The optimization model forces an increase in pipe size to achieve the failure frequencies on the lower end of the failure frequency scale. The sharp rise seen in the lowest failure frequency range (far left) is due to the reservoir capacity reaching the 48 hour seasonal peak demand storage level. In this section, the cost sensitivity of the converged generations (above 15th generation), solution fronts, will be tested against variation in system parameters, such as pipe length, static pump head, pump failure frequency, among others, and application to real-world environmental conditions (load).

The sensitivity of the cost of a bulk water supply system to supply failure rate is an important consideration when designing a bulk supply system. The result of this inefficiency is the ambiguity of the effect of pipe failure to. This is suggested because of the dominance of the pump failure duration influence on the model (discussed in 4.3.6) and the consequent increase in supply ratio and reservoir capacity.

This is probably due to lower frictional losses as the pipe length remains the same. The percentage of deviation from the design criterion solution for each of the system component sizes is shown in Figure 4.3.15. This key point is illustrated again in Figure 4.3.18, where the delivery ratio and reservoir capacity of the design criteria are presented for each of the sensitivity values ​​tested.

This is consistent with the previous observation of the criticality and sensitivity of supply ratio around the desired design criterion failure frequency level.

Table 4.1.2: Typical, commercially available pipe sizes employed (mm ID)

Conclusions

• Method summary
• Primary findings
• Verification of the model
• Base model
• Comparison to the Chang model and CSIR (2000) guidelines
• Sensitivity analysis
• Contributions to research
• Recommendations for future research
• Development of the current model
• Research into the optimisation approach

The baseline system to be simulated was outlined and the results of the optimization presented. The relevant results from the various applications of the developed model are presented in the following sections. The comparison between the results of the base model against the model developed by Chang.

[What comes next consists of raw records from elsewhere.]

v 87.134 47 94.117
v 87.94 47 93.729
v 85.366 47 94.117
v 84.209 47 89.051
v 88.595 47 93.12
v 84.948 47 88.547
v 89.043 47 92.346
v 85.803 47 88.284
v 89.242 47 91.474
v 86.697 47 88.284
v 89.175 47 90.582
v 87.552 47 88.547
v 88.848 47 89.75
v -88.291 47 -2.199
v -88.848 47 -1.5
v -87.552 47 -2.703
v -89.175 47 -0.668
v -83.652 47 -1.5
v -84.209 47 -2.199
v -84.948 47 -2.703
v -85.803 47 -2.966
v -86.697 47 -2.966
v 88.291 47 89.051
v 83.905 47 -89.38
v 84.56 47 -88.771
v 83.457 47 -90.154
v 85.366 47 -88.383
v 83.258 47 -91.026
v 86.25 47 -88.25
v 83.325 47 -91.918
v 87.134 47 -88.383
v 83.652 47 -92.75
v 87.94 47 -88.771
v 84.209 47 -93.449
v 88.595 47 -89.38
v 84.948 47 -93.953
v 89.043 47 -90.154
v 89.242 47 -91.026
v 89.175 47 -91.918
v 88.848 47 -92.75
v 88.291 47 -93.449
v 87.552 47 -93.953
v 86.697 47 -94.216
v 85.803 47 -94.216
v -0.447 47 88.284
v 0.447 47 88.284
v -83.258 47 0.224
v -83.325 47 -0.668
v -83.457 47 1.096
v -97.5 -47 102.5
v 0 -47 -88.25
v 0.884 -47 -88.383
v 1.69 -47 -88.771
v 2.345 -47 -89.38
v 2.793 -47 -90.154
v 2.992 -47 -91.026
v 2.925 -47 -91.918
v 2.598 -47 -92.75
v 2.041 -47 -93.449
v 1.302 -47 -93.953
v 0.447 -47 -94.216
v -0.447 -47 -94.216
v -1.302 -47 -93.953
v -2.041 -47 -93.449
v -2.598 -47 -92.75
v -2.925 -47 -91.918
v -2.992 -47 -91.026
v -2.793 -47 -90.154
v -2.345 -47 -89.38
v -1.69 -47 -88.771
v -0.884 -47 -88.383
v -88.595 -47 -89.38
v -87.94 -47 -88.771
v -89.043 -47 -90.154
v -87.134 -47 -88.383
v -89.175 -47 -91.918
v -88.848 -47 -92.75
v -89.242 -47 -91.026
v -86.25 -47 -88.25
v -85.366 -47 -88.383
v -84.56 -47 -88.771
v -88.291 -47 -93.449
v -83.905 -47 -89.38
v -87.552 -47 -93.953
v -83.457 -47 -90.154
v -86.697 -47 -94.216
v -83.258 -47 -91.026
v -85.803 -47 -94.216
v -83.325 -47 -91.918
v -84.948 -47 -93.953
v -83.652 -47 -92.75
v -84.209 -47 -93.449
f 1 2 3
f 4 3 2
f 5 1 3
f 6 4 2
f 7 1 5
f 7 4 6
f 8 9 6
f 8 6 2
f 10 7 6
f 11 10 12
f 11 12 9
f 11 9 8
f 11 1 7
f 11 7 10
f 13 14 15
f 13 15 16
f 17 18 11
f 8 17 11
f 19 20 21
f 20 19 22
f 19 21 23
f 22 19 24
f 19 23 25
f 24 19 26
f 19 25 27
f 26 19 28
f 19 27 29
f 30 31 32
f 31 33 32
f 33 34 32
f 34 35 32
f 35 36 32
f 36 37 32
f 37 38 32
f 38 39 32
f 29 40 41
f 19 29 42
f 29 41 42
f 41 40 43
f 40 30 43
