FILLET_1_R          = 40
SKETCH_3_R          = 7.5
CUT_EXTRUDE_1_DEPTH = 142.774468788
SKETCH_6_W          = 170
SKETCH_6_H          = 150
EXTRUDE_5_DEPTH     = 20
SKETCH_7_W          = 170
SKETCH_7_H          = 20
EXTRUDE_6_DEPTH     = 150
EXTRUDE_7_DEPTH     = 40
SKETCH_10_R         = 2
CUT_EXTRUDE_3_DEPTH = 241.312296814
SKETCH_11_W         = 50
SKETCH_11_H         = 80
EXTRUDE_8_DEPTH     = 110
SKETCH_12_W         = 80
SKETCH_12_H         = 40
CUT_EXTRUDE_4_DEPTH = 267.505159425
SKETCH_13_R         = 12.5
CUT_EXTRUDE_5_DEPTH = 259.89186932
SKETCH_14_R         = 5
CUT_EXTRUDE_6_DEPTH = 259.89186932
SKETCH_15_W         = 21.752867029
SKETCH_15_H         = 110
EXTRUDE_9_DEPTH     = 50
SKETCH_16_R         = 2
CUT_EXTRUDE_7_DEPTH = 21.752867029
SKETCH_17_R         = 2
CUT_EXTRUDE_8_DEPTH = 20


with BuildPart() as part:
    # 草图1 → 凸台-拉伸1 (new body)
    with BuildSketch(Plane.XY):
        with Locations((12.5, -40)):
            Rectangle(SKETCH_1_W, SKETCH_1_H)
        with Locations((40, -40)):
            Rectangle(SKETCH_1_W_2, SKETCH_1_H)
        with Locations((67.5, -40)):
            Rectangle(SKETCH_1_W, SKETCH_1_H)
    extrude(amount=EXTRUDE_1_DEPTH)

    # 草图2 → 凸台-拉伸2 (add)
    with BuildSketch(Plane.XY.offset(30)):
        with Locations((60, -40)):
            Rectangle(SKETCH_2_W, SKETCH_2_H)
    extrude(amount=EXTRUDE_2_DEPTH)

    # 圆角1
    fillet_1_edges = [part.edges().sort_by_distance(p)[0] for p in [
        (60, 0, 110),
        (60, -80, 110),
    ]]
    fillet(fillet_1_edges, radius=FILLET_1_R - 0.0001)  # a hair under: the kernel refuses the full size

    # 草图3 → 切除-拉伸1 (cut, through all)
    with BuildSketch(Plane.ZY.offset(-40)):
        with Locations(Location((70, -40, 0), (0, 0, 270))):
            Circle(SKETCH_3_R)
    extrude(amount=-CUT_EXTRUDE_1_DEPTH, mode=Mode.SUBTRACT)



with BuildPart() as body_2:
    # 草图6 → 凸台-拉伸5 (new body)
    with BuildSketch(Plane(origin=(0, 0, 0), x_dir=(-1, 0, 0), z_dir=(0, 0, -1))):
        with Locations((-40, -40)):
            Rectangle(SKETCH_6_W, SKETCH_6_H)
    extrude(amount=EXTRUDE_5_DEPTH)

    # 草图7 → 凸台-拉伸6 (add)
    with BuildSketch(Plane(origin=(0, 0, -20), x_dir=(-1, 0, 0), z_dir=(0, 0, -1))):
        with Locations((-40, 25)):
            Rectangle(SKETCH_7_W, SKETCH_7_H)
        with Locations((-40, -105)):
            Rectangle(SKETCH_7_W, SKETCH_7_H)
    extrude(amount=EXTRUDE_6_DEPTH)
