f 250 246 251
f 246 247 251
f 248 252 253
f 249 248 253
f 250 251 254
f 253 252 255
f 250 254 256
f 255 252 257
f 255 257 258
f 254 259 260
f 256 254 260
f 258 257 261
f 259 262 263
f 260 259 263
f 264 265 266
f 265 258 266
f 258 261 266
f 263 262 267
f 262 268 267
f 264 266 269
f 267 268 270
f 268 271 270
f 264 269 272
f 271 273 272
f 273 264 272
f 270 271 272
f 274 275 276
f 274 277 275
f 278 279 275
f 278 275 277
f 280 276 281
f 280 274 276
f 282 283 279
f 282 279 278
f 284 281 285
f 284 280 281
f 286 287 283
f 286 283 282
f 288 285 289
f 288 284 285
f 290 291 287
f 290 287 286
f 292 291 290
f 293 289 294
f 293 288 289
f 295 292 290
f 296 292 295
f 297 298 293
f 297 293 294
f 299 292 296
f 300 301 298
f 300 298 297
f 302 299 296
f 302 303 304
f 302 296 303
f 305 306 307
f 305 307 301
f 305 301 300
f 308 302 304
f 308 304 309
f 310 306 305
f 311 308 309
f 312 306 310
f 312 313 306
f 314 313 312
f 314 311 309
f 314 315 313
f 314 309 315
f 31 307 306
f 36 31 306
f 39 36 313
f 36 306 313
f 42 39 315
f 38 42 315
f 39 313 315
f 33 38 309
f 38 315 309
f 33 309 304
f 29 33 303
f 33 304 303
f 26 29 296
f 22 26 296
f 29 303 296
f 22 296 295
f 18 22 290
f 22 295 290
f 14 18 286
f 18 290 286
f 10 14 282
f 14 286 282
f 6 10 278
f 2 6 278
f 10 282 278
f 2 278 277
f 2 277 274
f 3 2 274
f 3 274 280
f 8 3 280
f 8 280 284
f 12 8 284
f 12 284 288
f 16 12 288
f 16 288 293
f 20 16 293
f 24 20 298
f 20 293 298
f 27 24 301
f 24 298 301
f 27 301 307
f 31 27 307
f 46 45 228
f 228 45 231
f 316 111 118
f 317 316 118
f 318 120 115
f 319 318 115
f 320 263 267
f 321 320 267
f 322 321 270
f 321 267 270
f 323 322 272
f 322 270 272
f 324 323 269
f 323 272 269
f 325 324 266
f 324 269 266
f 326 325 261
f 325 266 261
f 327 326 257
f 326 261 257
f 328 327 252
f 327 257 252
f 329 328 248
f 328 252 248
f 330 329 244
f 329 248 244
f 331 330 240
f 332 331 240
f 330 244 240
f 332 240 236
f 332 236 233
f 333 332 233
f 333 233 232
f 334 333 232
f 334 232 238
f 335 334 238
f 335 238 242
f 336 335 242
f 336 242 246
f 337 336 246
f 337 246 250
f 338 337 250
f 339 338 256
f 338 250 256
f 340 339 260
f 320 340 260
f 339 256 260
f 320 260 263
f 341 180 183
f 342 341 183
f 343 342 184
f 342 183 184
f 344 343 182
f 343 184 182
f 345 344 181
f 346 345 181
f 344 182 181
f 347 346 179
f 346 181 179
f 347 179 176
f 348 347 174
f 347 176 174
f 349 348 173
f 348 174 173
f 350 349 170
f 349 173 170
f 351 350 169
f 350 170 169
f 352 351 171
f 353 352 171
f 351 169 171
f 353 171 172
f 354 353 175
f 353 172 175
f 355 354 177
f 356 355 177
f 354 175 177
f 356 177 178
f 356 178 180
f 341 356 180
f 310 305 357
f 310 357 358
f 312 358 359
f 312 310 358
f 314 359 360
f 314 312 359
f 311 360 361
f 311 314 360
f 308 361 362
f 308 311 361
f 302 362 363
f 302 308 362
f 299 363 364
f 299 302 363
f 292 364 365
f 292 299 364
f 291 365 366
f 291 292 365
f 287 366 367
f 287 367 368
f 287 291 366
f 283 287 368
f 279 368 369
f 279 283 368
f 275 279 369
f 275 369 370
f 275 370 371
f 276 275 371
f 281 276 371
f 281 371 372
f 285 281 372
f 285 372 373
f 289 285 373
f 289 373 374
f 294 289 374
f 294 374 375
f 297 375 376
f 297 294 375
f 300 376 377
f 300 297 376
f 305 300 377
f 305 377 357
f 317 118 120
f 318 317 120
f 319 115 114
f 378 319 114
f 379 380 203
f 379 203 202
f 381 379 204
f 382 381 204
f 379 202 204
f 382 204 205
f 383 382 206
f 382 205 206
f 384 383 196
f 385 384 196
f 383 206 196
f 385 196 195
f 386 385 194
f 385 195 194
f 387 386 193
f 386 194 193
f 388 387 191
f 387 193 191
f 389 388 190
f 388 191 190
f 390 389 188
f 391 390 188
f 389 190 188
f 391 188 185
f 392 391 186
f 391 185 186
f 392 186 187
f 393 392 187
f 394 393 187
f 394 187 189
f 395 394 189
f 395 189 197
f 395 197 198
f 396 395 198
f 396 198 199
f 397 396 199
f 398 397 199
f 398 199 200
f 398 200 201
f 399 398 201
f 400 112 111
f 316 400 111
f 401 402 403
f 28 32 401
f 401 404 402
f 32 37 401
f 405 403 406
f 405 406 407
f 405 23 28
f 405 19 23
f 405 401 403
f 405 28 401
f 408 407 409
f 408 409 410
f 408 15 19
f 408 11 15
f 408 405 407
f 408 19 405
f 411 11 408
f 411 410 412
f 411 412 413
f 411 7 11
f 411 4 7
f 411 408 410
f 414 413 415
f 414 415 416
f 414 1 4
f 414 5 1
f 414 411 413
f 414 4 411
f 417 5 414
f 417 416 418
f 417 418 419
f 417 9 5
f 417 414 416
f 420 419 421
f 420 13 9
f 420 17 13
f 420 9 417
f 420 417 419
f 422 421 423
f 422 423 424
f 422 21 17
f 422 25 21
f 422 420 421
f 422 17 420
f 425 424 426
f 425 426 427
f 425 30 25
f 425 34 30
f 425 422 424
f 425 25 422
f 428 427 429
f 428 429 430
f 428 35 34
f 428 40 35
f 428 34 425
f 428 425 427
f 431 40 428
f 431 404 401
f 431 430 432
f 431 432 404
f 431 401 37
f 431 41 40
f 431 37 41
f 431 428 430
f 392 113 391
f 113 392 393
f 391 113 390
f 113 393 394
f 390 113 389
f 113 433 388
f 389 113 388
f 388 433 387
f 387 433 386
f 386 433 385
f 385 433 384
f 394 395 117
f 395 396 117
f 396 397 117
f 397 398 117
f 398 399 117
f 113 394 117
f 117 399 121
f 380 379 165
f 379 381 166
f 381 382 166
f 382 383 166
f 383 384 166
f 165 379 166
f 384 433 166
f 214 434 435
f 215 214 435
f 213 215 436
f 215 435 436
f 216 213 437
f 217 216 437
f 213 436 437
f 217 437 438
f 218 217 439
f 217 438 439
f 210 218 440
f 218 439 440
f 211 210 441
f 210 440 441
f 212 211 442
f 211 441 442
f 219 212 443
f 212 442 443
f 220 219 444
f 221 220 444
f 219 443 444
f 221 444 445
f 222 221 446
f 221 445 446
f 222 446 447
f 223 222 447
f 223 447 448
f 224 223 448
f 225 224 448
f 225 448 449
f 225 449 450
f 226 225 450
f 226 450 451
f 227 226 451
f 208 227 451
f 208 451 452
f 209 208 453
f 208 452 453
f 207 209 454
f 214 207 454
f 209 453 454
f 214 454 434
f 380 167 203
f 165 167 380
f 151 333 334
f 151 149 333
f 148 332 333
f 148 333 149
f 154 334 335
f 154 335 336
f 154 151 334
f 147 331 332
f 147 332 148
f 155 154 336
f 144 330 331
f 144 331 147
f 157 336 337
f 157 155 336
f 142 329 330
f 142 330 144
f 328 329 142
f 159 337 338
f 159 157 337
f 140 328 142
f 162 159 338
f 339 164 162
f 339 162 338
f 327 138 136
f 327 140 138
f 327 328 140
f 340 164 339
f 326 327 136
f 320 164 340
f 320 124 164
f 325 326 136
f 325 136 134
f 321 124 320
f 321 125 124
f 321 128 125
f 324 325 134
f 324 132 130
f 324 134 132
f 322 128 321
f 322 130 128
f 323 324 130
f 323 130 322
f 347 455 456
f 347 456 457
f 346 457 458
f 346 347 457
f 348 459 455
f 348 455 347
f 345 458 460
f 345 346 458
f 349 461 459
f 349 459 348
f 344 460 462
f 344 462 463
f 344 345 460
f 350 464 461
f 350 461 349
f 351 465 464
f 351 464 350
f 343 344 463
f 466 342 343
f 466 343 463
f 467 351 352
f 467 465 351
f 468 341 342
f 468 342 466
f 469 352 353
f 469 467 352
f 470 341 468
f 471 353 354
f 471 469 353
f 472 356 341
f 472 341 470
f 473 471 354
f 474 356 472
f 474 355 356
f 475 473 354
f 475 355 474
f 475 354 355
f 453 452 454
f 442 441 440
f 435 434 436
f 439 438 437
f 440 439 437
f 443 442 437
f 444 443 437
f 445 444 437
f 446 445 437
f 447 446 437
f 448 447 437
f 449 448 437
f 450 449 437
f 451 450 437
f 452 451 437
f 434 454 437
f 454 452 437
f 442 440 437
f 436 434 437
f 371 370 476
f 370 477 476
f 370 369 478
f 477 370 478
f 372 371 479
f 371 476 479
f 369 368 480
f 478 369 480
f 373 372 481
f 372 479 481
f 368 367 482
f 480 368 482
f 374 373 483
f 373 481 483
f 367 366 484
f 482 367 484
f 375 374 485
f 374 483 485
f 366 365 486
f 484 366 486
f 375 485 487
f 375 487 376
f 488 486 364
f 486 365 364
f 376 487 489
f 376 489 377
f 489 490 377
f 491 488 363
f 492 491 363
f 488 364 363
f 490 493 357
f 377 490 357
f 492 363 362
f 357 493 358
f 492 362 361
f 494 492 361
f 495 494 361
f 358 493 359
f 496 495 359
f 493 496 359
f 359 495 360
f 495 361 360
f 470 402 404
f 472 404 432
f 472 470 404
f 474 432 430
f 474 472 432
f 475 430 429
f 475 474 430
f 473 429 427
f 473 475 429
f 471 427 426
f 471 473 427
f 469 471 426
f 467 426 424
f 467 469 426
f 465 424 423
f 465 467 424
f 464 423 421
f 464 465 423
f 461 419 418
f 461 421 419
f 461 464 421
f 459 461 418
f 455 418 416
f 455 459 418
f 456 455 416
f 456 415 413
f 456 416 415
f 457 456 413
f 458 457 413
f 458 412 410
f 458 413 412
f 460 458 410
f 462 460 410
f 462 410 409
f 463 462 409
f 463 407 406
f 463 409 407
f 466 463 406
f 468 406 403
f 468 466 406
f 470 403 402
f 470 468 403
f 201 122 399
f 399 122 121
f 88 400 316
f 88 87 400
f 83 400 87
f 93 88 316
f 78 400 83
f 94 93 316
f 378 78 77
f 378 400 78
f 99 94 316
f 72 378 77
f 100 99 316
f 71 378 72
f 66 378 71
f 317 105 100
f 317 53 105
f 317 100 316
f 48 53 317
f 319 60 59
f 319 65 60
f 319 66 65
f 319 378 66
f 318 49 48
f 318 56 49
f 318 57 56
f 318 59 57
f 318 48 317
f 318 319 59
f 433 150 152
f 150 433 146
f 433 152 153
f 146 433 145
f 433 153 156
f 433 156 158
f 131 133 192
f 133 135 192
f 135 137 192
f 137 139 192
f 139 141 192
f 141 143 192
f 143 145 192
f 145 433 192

The results obtained gave relatively few solutions in the acceptable range due to the crowding distance function of the NSGA-II optimization model. This sparsely populated region of solutions surrounding the desired design criterion can be overcome by focusing the model on producing more reliable solutions by limiting the values ​​of the decision variables (system components). Limiting the minimum feasible delivery ratio of Chang's model to 1.34 shifted the balance of the optimal solution of the design criterion toward the lower capacity tank so that.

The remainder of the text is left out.